Northrop admits to no regrets on bid

April 09, 1994|By Ted Shelsby | Ted Shelsby,Sun Staff Writer

WASHINGTON -- Although Northrop Corp. will end up paying nearly a quarter of a billion dollars more for Grumman Corp. than rival bidder Martin Marietta Corp. thought it was worth, Northrop's chairman defended the purchase yesterday as a move that will ensure the company's survival as a military aircraft manufacturer.

Under terms of the merger agreement reached earlier this week, Northrop will pay $62 a share, or $2.17 billion, for Grumman. Northrop had raised its original bid of $60 a share, even though Martin never budged from its $55-per-share offer.

"We believe that we bought it at fair market price," Northrop Chairman Kent Kresa said yesterday during a meeting with a small group of reporters at the Jeffersonian Hotel in Washington.

Grumman has been a major supplier of military planes to the Navy since the days of World War II, but this business has dropped off sharply in recent years.

Many defense industry officials predict that the shrinking Pentagon budget will result in only two manufacturers of fighter planes by the end of the decade. The combined Northrop Grumman Corp. would be vying against two formable opponents -- McDonnell Douglas Corp. and Lockheed Corp. -- for one of those slots.

Under New York's incorporation laws and under its own offer, Northrop must purchase two-thirds of Grumman's stock before the two companies can be merged. About one-third of Grumman's stock is owned by employees and retirees.

Renso L. Caporali, chairman and chief executive of Grumman, who was at Mr. Kresa's side during the luncheon meeting, indicated that those shares would be tendered. "Trust me," he said, "that is not going to be a problem."

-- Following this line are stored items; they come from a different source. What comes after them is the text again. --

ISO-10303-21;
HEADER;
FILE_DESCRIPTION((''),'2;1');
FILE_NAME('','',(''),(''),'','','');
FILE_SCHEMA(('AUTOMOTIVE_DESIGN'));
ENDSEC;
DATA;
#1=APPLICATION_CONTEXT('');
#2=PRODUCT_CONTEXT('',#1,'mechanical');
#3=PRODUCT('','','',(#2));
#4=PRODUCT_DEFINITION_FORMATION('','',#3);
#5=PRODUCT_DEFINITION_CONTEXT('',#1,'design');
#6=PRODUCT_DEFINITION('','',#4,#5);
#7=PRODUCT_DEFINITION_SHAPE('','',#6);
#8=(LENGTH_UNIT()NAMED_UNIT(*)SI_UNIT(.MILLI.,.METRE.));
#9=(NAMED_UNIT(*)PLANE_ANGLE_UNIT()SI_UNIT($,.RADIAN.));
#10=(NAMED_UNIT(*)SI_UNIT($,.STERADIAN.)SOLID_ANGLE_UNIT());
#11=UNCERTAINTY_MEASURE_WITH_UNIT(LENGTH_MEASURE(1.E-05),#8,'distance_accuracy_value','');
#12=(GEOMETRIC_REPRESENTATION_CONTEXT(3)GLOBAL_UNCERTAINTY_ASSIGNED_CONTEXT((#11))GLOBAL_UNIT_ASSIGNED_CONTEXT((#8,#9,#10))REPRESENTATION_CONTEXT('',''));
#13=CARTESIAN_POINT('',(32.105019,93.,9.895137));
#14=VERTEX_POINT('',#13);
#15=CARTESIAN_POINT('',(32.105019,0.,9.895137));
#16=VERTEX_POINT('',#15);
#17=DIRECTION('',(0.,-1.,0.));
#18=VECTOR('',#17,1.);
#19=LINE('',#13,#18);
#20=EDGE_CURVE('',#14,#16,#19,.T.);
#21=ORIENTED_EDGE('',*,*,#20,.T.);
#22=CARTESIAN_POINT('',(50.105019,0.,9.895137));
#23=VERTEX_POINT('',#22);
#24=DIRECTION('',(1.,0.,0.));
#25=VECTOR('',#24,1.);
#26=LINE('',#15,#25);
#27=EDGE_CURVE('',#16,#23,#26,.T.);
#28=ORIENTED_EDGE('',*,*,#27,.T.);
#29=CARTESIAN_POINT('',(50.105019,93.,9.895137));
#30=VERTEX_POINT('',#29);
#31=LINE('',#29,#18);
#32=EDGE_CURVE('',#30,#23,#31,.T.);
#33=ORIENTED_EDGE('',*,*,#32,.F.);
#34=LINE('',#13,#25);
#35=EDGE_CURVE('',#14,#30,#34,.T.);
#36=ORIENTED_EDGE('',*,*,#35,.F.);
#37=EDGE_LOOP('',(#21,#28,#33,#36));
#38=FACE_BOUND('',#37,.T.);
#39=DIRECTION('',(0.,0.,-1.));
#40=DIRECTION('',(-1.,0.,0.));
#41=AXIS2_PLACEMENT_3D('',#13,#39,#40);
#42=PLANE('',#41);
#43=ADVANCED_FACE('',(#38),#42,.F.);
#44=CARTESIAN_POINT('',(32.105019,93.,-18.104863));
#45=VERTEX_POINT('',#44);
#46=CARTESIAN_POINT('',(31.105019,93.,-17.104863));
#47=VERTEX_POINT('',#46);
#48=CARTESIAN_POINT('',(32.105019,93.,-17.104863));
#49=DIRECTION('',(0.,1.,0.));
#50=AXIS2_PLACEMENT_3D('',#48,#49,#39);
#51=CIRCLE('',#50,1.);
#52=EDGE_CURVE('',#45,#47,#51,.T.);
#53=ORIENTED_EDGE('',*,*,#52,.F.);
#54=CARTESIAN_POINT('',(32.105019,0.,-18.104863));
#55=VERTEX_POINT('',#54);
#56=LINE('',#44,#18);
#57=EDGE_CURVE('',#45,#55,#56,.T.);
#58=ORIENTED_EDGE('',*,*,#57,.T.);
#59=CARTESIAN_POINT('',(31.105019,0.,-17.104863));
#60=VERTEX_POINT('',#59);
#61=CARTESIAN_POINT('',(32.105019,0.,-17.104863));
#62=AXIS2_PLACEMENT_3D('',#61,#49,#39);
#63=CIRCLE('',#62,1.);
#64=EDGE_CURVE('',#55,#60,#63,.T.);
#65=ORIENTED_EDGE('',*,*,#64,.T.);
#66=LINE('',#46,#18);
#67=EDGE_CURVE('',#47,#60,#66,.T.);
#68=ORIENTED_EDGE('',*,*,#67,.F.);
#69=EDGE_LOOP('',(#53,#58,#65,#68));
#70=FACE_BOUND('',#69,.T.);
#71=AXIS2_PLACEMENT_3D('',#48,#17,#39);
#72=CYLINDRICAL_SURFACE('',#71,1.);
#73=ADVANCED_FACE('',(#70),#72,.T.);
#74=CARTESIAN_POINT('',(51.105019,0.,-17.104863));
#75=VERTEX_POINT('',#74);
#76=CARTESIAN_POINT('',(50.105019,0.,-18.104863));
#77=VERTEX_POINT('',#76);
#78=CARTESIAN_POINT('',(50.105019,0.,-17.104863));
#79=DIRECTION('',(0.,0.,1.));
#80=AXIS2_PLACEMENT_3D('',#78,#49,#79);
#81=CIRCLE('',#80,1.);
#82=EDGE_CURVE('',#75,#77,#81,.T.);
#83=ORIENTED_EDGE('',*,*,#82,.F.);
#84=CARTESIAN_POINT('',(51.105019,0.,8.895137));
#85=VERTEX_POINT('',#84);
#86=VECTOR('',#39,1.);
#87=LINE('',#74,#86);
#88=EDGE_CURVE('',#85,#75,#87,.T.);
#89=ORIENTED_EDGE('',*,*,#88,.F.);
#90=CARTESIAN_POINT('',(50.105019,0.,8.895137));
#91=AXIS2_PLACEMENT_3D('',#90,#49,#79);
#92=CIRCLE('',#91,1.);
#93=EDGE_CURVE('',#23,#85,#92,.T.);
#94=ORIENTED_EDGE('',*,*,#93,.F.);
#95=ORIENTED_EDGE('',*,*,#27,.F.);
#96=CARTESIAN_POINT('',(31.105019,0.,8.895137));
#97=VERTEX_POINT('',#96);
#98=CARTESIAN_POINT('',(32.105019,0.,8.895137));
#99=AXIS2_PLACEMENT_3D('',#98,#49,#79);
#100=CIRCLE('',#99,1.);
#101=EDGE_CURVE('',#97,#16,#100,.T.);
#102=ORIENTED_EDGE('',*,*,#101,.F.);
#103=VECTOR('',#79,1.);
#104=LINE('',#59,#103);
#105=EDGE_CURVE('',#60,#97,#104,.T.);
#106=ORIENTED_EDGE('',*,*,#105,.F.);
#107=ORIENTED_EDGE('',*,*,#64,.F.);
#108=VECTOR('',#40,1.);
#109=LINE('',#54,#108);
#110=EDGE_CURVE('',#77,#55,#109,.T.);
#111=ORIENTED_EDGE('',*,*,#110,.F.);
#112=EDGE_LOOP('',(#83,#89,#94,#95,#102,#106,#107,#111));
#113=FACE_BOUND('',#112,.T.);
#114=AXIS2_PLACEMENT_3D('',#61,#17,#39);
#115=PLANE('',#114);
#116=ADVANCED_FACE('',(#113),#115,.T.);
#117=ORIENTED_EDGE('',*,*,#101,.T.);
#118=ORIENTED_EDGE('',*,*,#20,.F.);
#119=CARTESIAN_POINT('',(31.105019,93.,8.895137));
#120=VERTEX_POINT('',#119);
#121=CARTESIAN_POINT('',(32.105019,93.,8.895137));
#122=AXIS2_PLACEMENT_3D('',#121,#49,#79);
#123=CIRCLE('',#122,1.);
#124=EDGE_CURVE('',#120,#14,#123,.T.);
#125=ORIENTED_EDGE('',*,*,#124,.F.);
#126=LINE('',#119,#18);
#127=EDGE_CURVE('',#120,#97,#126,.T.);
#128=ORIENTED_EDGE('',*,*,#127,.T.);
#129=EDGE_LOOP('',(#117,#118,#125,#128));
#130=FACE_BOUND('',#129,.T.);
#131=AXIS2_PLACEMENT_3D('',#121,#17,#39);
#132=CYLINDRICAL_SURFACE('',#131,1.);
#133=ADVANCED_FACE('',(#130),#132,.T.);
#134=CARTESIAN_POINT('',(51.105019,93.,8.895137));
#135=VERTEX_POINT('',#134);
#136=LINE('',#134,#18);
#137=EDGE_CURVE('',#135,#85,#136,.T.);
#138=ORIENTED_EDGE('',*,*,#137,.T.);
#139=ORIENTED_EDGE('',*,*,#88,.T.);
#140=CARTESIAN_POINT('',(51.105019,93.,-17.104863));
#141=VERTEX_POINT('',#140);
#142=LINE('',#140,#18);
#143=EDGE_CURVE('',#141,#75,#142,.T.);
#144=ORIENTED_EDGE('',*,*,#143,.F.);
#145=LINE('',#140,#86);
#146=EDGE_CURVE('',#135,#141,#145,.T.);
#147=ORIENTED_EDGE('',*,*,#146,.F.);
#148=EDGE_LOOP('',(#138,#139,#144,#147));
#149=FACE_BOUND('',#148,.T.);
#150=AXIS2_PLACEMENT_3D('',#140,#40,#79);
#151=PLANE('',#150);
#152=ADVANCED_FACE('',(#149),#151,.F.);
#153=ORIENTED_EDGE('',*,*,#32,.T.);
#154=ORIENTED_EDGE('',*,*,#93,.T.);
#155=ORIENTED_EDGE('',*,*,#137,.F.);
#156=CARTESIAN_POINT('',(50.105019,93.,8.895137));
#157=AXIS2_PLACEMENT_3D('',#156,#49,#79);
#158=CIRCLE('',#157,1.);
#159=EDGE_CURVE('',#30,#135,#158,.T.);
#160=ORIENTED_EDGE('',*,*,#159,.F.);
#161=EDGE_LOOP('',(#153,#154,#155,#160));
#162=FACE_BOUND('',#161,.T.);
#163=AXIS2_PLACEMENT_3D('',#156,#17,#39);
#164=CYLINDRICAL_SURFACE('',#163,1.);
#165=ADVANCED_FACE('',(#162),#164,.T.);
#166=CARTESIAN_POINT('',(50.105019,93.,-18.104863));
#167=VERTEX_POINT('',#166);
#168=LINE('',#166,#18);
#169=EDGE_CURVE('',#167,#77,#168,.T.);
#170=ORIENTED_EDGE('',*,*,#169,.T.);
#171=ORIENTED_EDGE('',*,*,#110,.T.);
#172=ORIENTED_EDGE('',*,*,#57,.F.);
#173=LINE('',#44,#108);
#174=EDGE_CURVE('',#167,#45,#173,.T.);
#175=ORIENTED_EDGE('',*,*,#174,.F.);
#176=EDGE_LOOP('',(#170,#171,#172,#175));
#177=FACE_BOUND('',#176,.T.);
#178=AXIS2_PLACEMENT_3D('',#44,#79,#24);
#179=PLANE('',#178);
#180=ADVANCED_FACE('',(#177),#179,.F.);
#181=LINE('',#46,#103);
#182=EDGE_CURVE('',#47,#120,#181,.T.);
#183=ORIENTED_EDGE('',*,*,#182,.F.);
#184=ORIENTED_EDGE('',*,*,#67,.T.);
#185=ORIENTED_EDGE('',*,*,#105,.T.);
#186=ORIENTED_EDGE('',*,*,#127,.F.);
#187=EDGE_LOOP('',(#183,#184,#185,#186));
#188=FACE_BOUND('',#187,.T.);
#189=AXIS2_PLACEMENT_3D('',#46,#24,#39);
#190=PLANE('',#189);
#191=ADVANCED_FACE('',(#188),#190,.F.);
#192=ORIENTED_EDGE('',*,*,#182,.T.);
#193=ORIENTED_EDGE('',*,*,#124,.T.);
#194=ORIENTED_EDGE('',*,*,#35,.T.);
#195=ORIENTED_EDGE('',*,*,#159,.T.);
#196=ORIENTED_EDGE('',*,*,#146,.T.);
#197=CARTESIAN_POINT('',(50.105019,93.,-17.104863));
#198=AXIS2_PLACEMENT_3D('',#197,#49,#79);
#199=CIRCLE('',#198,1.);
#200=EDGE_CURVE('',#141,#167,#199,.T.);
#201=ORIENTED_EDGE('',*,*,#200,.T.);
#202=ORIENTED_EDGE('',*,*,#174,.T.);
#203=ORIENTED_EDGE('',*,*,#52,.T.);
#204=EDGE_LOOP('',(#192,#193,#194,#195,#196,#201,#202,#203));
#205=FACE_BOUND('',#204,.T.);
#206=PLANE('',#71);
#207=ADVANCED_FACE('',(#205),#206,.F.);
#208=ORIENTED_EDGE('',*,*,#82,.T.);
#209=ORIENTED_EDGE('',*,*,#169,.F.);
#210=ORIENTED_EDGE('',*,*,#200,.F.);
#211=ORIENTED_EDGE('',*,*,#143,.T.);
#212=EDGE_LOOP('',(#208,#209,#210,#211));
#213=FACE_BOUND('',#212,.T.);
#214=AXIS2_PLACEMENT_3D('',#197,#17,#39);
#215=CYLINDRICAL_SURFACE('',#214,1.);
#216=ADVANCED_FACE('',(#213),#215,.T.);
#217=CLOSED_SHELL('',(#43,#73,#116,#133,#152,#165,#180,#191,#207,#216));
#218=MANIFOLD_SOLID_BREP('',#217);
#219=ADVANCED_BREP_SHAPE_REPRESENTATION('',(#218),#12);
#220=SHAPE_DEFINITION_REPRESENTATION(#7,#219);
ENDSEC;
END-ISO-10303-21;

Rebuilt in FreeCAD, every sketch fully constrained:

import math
import FreeCAD as App
import Part
import Sketcher
Q = App.Units.Quantity

doc = App.newDocument("Part")
params = doc.addObject("Spreadsheet::Sheet", "Params")
for row, (alias, value) in enumerate([
    ("sketch1_radius", "1 mm"),
    ("sketch1_width", "18 mm"),
    ("sketch1_height", "26 mm"),
    ("pad1_length", "93 mm"),
], start=1):
    params.set(f"A{row}", alias)
    params.set(f"B{row}", "=" + value)
    params.setAlias(f"B{row}", alias)

body = doc.addObject("PartDesign::Body", "Body")

# Sketch on XZ plane
sketch1 = doc.addObject("Sketcher::SketchObject", "Sketch")
body.addObject(sketch1)
sketch1.AttachmentSupport = (doc.XZ_Plane, [""])
sketch1.MapMode = "FlatFace"
sketch1.addGeometry([
    Part.LineSegment(App.Vector(50.1, -18.1, 0), App.Vector(32.1, -18.1, 0)),  # 0
    Part.ArcOfCircle(Part.Circle(App.Vector(32.1, -17.1, 0), App.Vector(0, 0, 1), 1), math.radians(-180), math.radians(-90)),  # 1
    Part.LineSegment(App.Vector(31.1, -17.1, 0), App.Vector(31.1, 8.9, 0)),  # 2
    Part.ArcOfCircle(Part.Circle(App.Vector(32.1, 8.9, 0), App.Vector(0, 0, 1), 1), math.radians(90), math.radians(180)),  # 3
    Part.LineSegment(App.Vector(32.1, 9.9, 0), App.Vector(50.1, 9.9, 0)),  # 4
    Part.ArcOfCircle(Part.Circle(App.Vector(50.1, 8.9, 0), App.Vector(0, 0, 1), 1), math.radians(0), math.radians(90)),  # 5
    Part.LineSegment(App.Vector(51.1, 8.9, 0), App.Vector(51.1, -17.1, 0)),  # 6
    Part.ArcOfCircle(Part.Circle(App.Vector(50.1, -17.1, 0), App.Vector(0, 0, 1), 1), math.radians(-90), math.radians(0)),  # 7
], False)
sketch1.addConstraint([
    Sketcher.Constraint("Tangent", 0, 2, 1, 2),
    Sketcher.Constraint("Tangent", 1, 1, 2, 1),
    Sketcher.Constraint("Tangent", 2, 2, 3, 2),
    Sketcher.Constraint("Tangent", 3, 1, 4, 1),
    Sketcher.Constraint("Tangent", 4, 2, 5, 2),
    Sketcher.Constraint("Tangent", 5, 1, 6, 1),
    Sketcher.Constraint("Tangent", 6, 2, 7, 2),
    Sketcher.Constraint("Tangent", 7, 1, 0, 1),
    Sketcher.Constraint("Horizontal", 0),
    Sketcher.Constraint("Vertical", 2),
    Sketcher.Constraint("Horizontal", 4),
    Sketcher.Constraint("Vertical", 6),
    Sketcher.Constraint("Equal", 1, 3),
    Sketcher.Constraint("Equal", 3, 5),
    Sketcher.Constraint("Equal", 5, 7),
    Sketcher.Constraint("Radius", 1, Q("1 mm")),
    Sketcher.Constraint("DistanceX", 0, 2, 0, 1, Q("18 mm")),
    Sketcher.Constraint("DistanceY", 2, 1, 2, 2, Q("26 mm")),
    Sketcher.Constraint("DistanceX", -1, 1, 1, 3, Q("32.105019 mm")),
    Sketcher.Constraint("DistanceY", 1, 3, -1, 1, Q("17.104863 mm")),
])
sketch1.setExpression("Constraints[15]", "Params.sketch1_radius")
sketch1.setExpression("Constraints[16]", "Params.sketch1_width")
sketch1.setExpression("Constraints[17]", "Params.sketch1_height")
pad1 = doc.addObject("PartDesign::Pad", "Pad")
body.addObject(pad1)
pad1.Profile = sketch1
pad1.setExpression("Length", "Params.pad1_length")
pad1.Reversed = True

doc.recompute()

Mr. Kresa and Mr. Caporali sidestepped questions about Northrop's bidding tactics. Under terms of the bid it submitted on March 24 to meet Grumman's deadline for "best and highest" offers, Northrop said it would pay $60 a share, or $2.04 billion, for Grumman if Martin Marietta did not raise its $55-per-share bid.

But one day earlier, Northrop had offered to pay $62 a share if Grumman accepted its offer and entered into a merger agreement before the March 24 bidding deadline. Grumman did not accept that offer, but the two companies eventually settled on a $62-per-share price anyway. Martin did not raise its original bid.

When asked if Northrop's tactics had backfired, Mr. Kresa declined to respond, saying he wanted to put the bidding process behind him and move forward with the merger of the two companies.

Mr. Kresa said Northrop would not rethink Grumman's earlier decisions to sell or close factories, including Grumman plants in Salisbury and Glen Arm. Grumman has already announced an agreement to sell its Salisbury plant to a Boston-based electronics company. It has said that the Glen Arm machining plant, which has about 100 workers, would be closed if the company cannot find a buyer for the factory.

In answer to a question about Mr. Caporali's role in the new Northrop Grumman Corp., Mr. Kresa said that he would recommend that the chairman be named to the board of directors of the new company and serve on the transition team that combines the two defense contactors.

He stopped short of saying Mr. Caporali would have a key management position with the new company, something Mr. Caporali was promised if Grumman was merged with Martin Marietta.